GIVEN INFORMATION >>
--------------------------------

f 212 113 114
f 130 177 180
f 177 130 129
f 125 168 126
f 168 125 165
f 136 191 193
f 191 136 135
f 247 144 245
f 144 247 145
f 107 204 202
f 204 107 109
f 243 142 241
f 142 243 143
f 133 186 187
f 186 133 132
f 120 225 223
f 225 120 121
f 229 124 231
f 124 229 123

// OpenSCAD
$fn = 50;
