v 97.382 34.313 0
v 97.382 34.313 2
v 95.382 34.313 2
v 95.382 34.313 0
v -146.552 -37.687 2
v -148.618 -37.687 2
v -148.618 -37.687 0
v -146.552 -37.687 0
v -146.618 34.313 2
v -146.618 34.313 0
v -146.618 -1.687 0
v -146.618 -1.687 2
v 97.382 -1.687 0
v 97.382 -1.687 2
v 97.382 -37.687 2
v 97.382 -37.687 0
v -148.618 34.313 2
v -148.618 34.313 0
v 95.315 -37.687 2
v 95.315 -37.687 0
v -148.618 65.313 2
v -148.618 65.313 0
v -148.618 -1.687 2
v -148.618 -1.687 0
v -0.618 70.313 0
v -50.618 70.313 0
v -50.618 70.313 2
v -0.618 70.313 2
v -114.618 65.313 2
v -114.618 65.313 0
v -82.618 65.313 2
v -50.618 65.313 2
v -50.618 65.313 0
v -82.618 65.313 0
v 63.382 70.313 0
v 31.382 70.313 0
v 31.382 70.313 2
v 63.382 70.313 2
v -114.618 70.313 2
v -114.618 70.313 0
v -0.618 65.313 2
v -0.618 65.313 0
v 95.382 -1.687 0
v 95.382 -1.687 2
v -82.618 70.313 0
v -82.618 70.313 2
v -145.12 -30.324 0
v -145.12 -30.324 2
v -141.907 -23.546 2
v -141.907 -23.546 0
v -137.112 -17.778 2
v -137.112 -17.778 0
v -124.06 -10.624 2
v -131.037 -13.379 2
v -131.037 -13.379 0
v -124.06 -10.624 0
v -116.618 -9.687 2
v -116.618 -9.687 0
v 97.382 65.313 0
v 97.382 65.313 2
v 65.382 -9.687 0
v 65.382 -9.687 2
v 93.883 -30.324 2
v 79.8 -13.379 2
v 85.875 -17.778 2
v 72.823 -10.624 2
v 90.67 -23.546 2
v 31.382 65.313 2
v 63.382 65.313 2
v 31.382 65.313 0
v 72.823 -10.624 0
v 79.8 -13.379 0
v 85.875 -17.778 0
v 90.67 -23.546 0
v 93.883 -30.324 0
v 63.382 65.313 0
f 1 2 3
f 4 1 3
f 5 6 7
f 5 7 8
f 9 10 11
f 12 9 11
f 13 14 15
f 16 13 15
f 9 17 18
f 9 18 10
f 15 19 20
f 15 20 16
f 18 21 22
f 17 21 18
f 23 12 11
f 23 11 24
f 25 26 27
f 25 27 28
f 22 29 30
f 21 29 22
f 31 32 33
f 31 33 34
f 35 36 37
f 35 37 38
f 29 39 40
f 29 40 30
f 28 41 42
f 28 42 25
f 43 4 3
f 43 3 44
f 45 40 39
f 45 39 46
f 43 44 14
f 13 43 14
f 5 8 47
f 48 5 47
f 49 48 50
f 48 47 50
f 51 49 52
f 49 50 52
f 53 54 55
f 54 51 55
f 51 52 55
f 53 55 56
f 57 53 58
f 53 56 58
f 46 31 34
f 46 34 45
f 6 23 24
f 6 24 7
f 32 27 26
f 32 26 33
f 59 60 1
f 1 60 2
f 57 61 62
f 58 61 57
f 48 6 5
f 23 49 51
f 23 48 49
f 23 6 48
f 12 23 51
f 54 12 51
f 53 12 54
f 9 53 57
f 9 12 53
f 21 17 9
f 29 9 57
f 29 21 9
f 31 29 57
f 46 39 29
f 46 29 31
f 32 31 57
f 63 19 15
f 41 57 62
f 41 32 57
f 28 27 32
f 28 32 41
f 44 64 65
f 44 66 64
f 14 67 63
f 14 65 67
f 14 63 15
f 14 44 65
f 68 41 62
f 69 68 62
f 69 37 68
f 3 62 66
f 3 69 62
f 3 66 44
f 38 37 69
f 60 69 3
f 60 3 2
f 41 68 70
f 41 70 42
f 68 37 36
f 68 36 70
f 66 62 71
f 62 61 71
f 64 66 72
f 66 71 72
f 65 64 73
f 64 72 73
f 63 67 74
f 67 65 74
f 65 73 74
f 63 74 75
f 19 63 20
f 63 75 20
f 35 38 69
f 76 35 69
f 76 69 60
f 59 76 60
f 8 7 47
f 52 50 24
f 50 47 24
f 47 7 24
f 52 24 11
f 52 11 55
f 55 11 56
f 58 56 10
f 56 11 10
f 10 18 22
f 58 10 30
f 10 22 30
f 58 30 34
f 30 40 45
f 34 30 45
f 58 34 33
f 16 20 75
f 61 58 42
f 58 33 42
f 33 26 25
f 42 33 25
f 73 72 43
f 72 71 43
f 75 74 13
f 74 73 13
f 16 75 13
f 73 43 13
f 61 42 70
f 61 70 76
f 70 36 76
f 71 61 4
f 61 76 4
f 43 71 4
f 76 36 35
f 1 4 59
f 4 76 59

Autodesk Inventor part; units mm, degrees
ref_plane "YZ Plane" through (0, 0, 0) normal (1, 0, 0) x (0, 1, 0)
ref_plane "XZ Plane" through (0, 0, 0) normal (0, 1, 0) x (-1, 0, 0)
ref_plane "XY Plane" through (0, 0, 0) normal (0, 0, 1) x (1, 0, 0)
sketch "Sketch1" plane through (0, 0, 0) normal (0, 0, 1) x (1, 0, 0)
  line L0 (-146.6185, 70.3133) -> (95.3815, 70.3133)
  line L1 (95.3815, 70.3133) -> (95.3815, -9.6867)
  line L2 (2.9423, -9.6867) -> (-45.2664, -9.6867)
  line L3 (-146.6185, -9.6867) -> (-146.6185, 70.3133)
  line L4 (-116.6185, -9.6867) -> (-45.2664, -9.6867)
  line L5 (65.3815, -9.6867) -> (2.9423, -9.6867)
  arc A0 (-116.6185, -9.6867) -> (-146.6185, -39.6867) centre (-116.6185, -39.6867) ccw
  arc A1 (95.3815, -39.6867) -> (65.3815, -9.6867) centre (65.3815, -39.6867) ccw
  line L6 (-146.6185, -9.6867) -> (-146.6185, -39.6867)
  line L7 (95.3815, -9.6867) -> (95.3815, -39.6867)
  point P0 (0, 0)
  dimension "d0" = 242
  dimension "d1" = 80
  dimension "d2" = 30
extrude "Extrusion1" add sketch "Sketch1" along normal blind 2
sketch "Sketch2" plane through (0, 0, 2) normal (0, 0, 1) x (1, 0, 0)
  line L0 (95.3815, 70.3133) -> (-146.6185, 70.3133) projected
  line L1 (-146.6185, 70.3133) -> (-114.6185, 70.3133)
  line L2 (-114.6185, 70.3133) -> (-114.6185, 65.3133)
  line L3 (-114.6185, 65.3133) -> (-146.6185, 65.3133)
  line L4 (-146.6185, 65.3133) -> (-146.6185, 70.3133)
  line L5 (-82.6185, 70.3133) -> (-50.6185, 70.3133)
  line L6 (-50.6185, 70.3133) -> (-50.6185, 65.3133)
  line L7 (-50.6185, 65.3133) -> (-82.6185, 65.3133)
  line L8 (-82.6185, 65.3133) -> (-82.6185, 70.3133)
  line L9 (-0.6185, 70.3133) -> (31.3815, 70.3133)
  line L10 (31.3815, 70.3133) -> (31.3815, 65.3133)
  line L11 (31.3815, 65.3133) -> (-0.6185, 65.3133)
  line L12 (-0.6185, 65.3133) -> (-0.6185, 70.3133)
  line L13 (95.3815, -39.6867) -> (95.3815, 70.3133) projected
  line L14 (95.3815, 70.3133) -> (63.3815, 70.3133)
  line L15 (63.3815, 70.3133) -> (63.3815, 65.3133)
  line L16 (63.3815, 65.3133) -> (95.3815, 65.3133)
  line L17 (95.3815, 65.3133) -> (95.3815, 70.3133)
  point P0 (0, 0)
  dimension "d5" = 32
  dimension "d6" = 32
  dimension "d7" = 32
  dimension "d8" = 32
  dimension "d9" = 32
  dimension "d10" = 32
  dimension "d11" = 50
  dimension "d12" = 5
extrude "Extrusion2" cut sketch "Sketch2" against normal blind 2
sketch "Sketch3" plane through (0, 0, 2) normal (0, 0, 1) x (1, 0, 0)
  line L0 (-146.6185, 65.3133) -> (-146.6185, -39.6867) projected
  line L1 (-146.6185, 65.3133) -> (-148.6185, 65.3133)
  line L2 (-148.6185, 65.3133) -> (-148.6185, 34.3133)
  line L3 (-148.6185, 34.3133) -> (-146.6185, 34.3133)
  line L4 (-146.6185, 34.3133) -> (-146.6185, 65.3133)
  line L5 (-146.6185, -1.6867) -> (-148.6185, -1.6867)
  line L6 (-148.6185, -1.6867) -> (-148.6185, -37.6867)
  line L7 (-146.6185, -37.6867) -> (-146.6185, -1.6867)
  line L8 (95.3815, -39.6867) -> (95.3815, 65.3133) projected
  line L9 (95.3815, 65.3133) -> (97.3815, 65.3133)
  line L10 (97.3815, 65.3133) -> (97.3815, 34.3133)
  line L11 (97.3815, 34.3133) -> (95.3815, 34.3133)
  line L12 (95.3815, 34.3133) -> (95.3815, 65.3133)
  line L13 (95.3815, -1.6867) -> (97.3815, -1.6867)
  line L14 (97.3815, -1.6867) -> (97.3815, -37.6867)
  line L15 (95.3815, -37.6867) -> (95.3815, -1.6867)
  line L16 (-148.6185, -37.6867) -> (-146.6185, -37.6867)
  line L17 (95.3815, -39.6867) -> (95.3815, 65.3133) projected
  line L18 (95.3815, -37.6867) -> (97.3815, -37.6867)
  point P0 (-146.6185, -37.6867)
  point P1 (95.3815, -37.6867)
  dimension "d34" = 31
  dimension "d35" = 36
  dimension "d36" = 2
  dimension "d37" = 2
  dimension "d39" = 36
  dimension "d40" = 36
extrude "Extrusion3" add sketch "Sketch3" against normal blind 2
sketch "Sketch4" plane through (0, 0, 2) normal (0, 0, 1) x (1, 0, 0)
  line L0 (-148.6185, -37.6867) -> (-146.6185, -37.6867) projected
  line L1 (-148.6185, -37.6867) -> (112.9742, -37.6867)
  line L2 (112.9742, -37.6867) -> (112.9742, -65.6367)
  line L3 (112.9742, -65.6367) -> (-148.6185, -65.6367)
  line L4 (-148.6185, -65.6367) -> (-148.6185, -37.6867)
  point P0 (0, 0)
extrude "Extrusion4" cut sketch "Sketch4" against normal blind 2
properties part number "front"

--------------------------------

WORK TASK >> When the line with "v 97.382 34.313 0" is reached in the data above, begin copying, and stop after the line with "v 63.382 65.313 2"; copy each line exactly, both ends included.

EXERCISE OUTPUT >>
v 97.382 34.313 0
v 97.382 34.313 2
v 95.382 34.313 2
v 95.382 34.313 0
v -146.552 -37.687 2
v -148.618 -37.687 2
v -148.618 -37.687 0
v -146.552 -37.687 0
v -146.618 34.313 2
v -146.618 34.313 0
v -146.618 -1.687 0
v -146.618 -1.687 2
v 97.382 -1.687 0
v 97.382 -1.687 2
v 97.382 -37.687 2
v 97.382 -37.687 0
v -148.618 34.313 2
v -148.618 34.313 0
v 95.315 -37.687 2
v 95.315 -37.687 0
v -148.618 65.313 2
v -148.618 65.313 0
v -148.618 -1.687 2
v -148.618 -1.687 0
v -0.618 70.313 0
v -50.618 70.313 0
v -50.618 70.313 2
v -0.618 70.313 2
v -114.618 65.313 2
v -114.618 65.313 0
v -82.618 65.313 2
v -50.618 65.313 2
v -50.618 65.313 0
v -82.618 65.313 0
v 63.382 70.313 0
v 31.382 70.313 0
v 31.382 70.313 2
v 63.382 70.313 2
v -114.618 70.313 2
v -114.618 70.313 0
v -0.618 65.313 2
v -0.618 65.313 0
v 95.382 -1.687 0
v 95.382 -1.687 2
v -82.618 70.313 0
v -82.618 70.313 2
v -145.12 -30.324 0
v -145.12 -30.324 2
v -141.907 -23.546 2
v -141.907 -23.546 0
v -137.112 -17.778 2
v -137.112 -17.778 0
v -124.06 -10.624 2
v -131.037 -13.379 2
v -131.037 -13.379 0
v -124.06 -10.624 0
v -116.618 -9.687 2
v -116.618 -9.687 0
v 97.382 65.313 0
v 97.382 65.313 2
v 65.382 -9.687 0
v 65.382 -9.687 2
v 93.883 -30.324 2
v 79.8 -13.379 2
v 85.875 -17.778 2
v 72.823 -10.624 2
v 90.67 -23.546 2
v 31.382 65.313 2
v 63.382 65.313 2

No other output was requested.